A delayed replica of 12 hours for example, to be used for fast catastrophe recovery, will be useful in such cases.
-
Bradley commented
having these delayed replicas would be helpful for our staging and testing environments. We see in practice that our prod environment has a replication lag of between 1-3 seconds, but our staging and dev environments have a replication lag near zero seconds all the time.

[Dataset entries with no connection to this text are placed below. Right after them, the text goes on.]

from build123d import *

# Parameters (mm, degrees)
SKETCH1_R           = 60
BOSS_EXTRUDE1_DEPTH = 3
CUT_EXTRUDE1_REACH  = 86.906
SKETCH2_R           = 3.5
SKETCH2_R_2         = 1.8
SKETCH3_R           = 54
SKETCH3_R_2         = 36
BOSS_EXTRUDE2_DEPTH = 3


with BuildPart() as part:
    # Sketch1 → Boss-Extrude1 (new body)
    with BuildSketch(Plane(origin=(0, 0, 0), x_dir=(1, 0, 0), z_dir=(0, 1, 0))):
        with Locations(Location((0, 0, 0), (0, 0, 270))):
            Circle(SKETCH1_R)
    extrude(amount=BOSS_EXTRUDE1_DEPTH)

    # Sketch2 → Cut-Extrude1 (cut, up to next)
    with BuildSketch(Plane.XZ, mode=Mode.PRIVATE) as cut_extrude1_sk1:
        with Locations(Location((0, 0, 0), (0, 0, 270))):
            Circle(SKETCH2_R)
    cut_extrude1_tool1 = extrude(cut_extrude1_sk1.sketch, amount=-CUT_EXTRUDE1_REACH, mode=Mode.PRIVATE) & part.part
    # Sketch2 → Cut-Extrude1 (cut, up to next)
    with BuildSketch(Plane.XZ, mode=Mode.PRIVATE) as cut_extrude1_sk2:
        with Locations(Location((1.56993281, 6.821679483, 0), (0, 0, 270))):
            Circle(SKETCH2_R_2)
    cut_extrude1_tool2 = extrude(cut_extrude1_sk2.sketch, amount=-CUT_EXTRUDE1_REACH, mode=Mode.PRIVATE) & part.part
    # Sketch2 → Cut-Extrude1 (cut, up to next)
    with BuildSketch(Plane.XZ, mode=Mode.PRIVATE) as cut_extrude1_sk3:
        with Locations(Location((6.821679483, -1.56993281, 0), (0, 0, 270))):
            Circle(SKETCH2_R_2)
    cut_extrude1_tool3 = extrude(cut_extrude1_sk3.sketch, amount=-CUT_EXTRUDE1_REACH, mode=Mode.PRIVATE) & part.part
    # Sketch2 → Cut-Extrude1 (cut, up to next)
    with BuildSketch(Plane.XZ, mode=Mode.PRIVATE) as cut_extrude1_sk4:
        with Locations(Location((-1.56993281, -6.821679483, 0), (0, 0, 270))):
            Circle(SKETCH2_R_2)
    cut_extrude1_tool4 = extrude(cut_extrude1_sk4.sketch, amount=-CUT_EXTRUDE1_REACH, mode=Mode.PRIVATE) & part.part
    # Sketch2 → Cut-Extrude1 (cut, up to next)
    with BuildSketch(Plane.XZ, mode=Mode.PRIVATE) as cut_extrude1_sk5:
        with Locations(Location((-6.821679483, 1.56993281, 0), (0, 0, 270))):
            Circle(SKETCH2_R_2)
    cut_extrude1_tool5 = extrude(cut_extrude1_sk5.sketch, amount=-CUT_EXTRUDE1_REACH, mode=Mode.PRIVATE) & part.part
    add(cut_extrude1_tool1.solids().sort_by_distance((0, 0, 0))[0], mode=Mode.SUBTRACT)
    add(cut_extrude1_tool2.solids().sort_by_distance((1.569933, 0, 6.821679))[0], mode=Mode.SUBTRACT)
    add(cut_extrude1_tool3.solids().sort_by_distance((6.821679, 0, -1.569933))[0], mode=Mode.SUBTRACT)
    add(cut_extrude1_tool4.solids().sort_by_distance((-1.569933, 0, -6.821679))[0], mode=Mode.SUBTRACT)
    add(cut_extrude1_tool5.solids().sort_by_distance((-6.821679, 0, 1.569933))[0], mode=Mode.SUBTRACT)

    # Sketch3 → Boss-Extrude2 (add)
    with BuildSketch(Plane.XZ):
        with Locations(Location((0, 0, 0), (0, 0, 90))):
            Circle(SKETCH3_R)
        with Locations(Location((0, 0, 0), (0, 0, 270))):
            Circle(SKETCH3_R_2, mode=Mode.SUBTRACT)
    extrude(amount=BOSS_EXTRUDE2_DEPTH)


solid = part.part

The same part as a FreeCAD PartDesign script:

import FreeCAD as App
import Part
import Sketcher
Q = App.Units.Quantity

doc = App.newDocument("Part")
body = doc.addObject("PartDesign::Body", "Body")

# Sketch on XZ plane
sketch1 = body.newObject("Sketcher::SketchObject", "Sketch")
sketch1.AttachmentSupport = (doc.getObject("XZ_Plane"), [""])
sketch1.MapMode = "FlatFace"
sketch1.addGeometry(Part.Circle(App.Vector(0, 0, 0), App.Vector(0, 0, 1), 60), False)
sketch1.addConstraint(Sketcher.Constraint("Coincident", 0, 3, -1, 1))
sketch1.addConstraint(Sketcher.Constraint("Diameter", 0, Q("120 mm")))
pad1 = body.newObject("PartDesign::Pad", "Pad")
pad1.Profile = sketch1
pad1.Length = 3
pad1.Reversed = True

# Sketch on XZ plane
sketch2 = body.newObject("Sketcher::SketchObject", "Sketch001")
sketch2.AttachmentSupport = (doc.getObject("XZ_Plane"), [""])
sketch2.MapMode = "FlatFace"
sketch2.addGeometry(Part.Circle(App.Vector(0, 0, 0), App.Vector(0, 0, 1), 3.5), False)
sketch2.addConstraint(Sketcher.Constraint("Coincident", 0, 3, -1, 1))
sketch2.addConstraint(Sketcher.Constraint("Diameter", 0, Q("7 mm")))
pocket1 = body.newObject("PartDesign::Pocket", "Pocket")
pocket1.Profile = sketch2
pocket1.Type = "UpToFirst"

# Sketch on XZ plane
sketch3 = body.newObject("Sketcher::SketchObject", "Sketch002")
sketch3.AttachmentSupport = (doc.getObject("XZ_Plane"), [""])
sketch3.MapMode = "FlatFace"
sketch3.addGeometry(Part.Circle(App.Vector(1.6, 6.8, 0), App.Vector(0, 0, 1), 1.8), False)
sketch3.addConstraint(Sketcher.Constraint("Diameter", 0, Q("3.6 mm")))
sketch3.addConstraint(Sketcher.Constraint("DistanceY", -1, 1, 0, 3, Q("6.821679 mm")))
sketch3.addConstraint(Sketcher.Constraint("DistanceX", -1, 1, 0, 3, Q("1.569933 mm")))
pocket2 = body.newObject("PartDesign::Pocket", "Pocket001")
pocket2.Profile = sketch3
pocket2.Type = "UpToFirst"

# Sketch on XZ plane
sketch4 = body.newObject("Sketcher::SketchObject", "Sketch003")
sketch4.AttachmentSupport = (doc.getObject("XZ_Plane"), [""])
sketch4.MapMode = "FlatFace"
sketch4.addGeometry(Part.Circle(App.Vector(6.8, -1.6, 0), App.Vector(0, 0, 1), 1.8), False)
sketch4.addConstraint(Sketcher.Constraint("Diameter", 0, Q("3.6 mm")))
sketch4.addConstraint(Sketcher.Constraint("DistanceX", -1, 1, 0, 3, Q("6.821679 mm")))
sketch4.addConstraint(Sketcher.Constraint("DistanceY", 0, 3, -1, 1, Q("1.569933 mm")))
pocket3 = body.newObject("PartDesign::Pocket", "Pocket002")
pocket3.Profile = sketch4
pocket3.Type = "UpToFirst"

# Sketch on XZ plane
sketch5 = body.newObject("Sketcher::SketchObject", "Sketch004")
sketch5.AttachmentSupport = (doc.getObject("XZ_Plane"), [""])
sketch5.MapMode = "FlatFace"
sketch5.addGeometry(Part.Circle(App.Vector(-1.6, -6.8, 0), App.Vector(0, 0, 1), 1.8), False)
sketch5.addConstraint(Sketcher.Constraint("Diameter", 0, Q("3.6 mm")))
sketch5.addConstraint(Sketcher.Constraint("DistanceY", 0, 3, -1, 1, Q("6.821679 mm")))
sketch5.addConstraint(Sketcher.Constraint("DistanceX", 0, 3, -1, 1, Q("1.569933 mm")))
pocket4 = body.newObject("PartDesign::Pocket", "Pocket003")
pocket4.Profile = sketch5
pocket4.Type = "UpToFirst"

# Sketch on XZ plane
sketch6 = body.newObject("Sketcher::SketchObject", "Sketch005")
sketch6.AttachmentSupport = (doc.getObject("XZ_Plane"), [""])
sketch6.MapMode = "FlatFace"
sketch6.addGeometry(Part.Circle(App.Vector(-6.8, 1.6, 0), App.Vector(0, 0, 1), 1.8), False)
sketch6.addConstraint(Sketcher.Constraint("Diameter", 0, Q("3.6 mm")))
sketch6.addConstraint(Sketcher.Constraint("DistanceX", 0, 3, -1, 1, Q("6.821679 mm")))
sketch6.addConstraint(Sketcher.Constraint("DistanceY", -1, 1, 0, 3, Q("1.569933 mm")))
pocket5 = body.newObject("PartDesign::Pocket", "Pocket004")
pocket5.Profile = sketch6
pocket5.Type = "UpToFirst"

# Sketch on XZ plane
sketch7 = body.newObject("Sketcher::SketchObject", "Sketch006")
sketch7.AttachmentSupport = (doc.getObject("XZ_Plane"), [""])
sketch7.MapMode = "FlatFace"
sketch7.addGeometry(Part.Circle(App.Vector(0, 0, 0), App.Vector(0, 0, 1), 54), False)
sketch7.addGeometry(Part.Circle(App.Vector(0, 0, 0), App.Vector(0, 0, 1), 36), False)
sketch7.addConstraint(Sketcher.Constraint("Coincident", 0, 3, -1, 1))
sketch7.addConstraint(Sketcher.Constraint("Coincident", 1, 3, -1, 1))
sketch7.addConstraint(Sketcher.Constraint("Diameter", 0, Q("108 mm")))
sketch7.addConstraint(Sketcher.Constraint("Diameter", 1, Q("72 mm")))
pad2 = body.newObject("PartDesign::Pad", "Pad001")
pad2.Profile = sketch7
pad2.Length = 3

doc.recompute()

The difference was recently the cause of a bug that we did not catch until production. We used the delayed replicas now in our local dev environments, but it would be useful to be able to have delayed replicas in our live staging and dev environments as well, which use mongo atlas. This would ensure our dev and staging environments operate as similar to prod as possible, and would prevent future bugs of this type from occuring again.
-
Brian commented
Thanks Andrew. Unfortunately having a delayed replica would still be the fastest recovery method for accidental data deletion since there would be no restore process necessary, the data is just live in the cluster. This is a feature that is used popularly in self-hosted solutions, is this not in the horizion for Atlas replica sets? Also, are you guys considering adding zero-priority and hidden secondaries at some point?
-
Hi Brian,
Atlas contemplates the use case of being able to return to a point in time differently, through our Cloud Continuous Backups: these allow for up to the minute restores and leverage some of the same primitives that the replication system leverages (namely the internal oplog). This has the added benefit of giving you the ability to select the point of time to restore to rather than a specific delay period.
-Andrew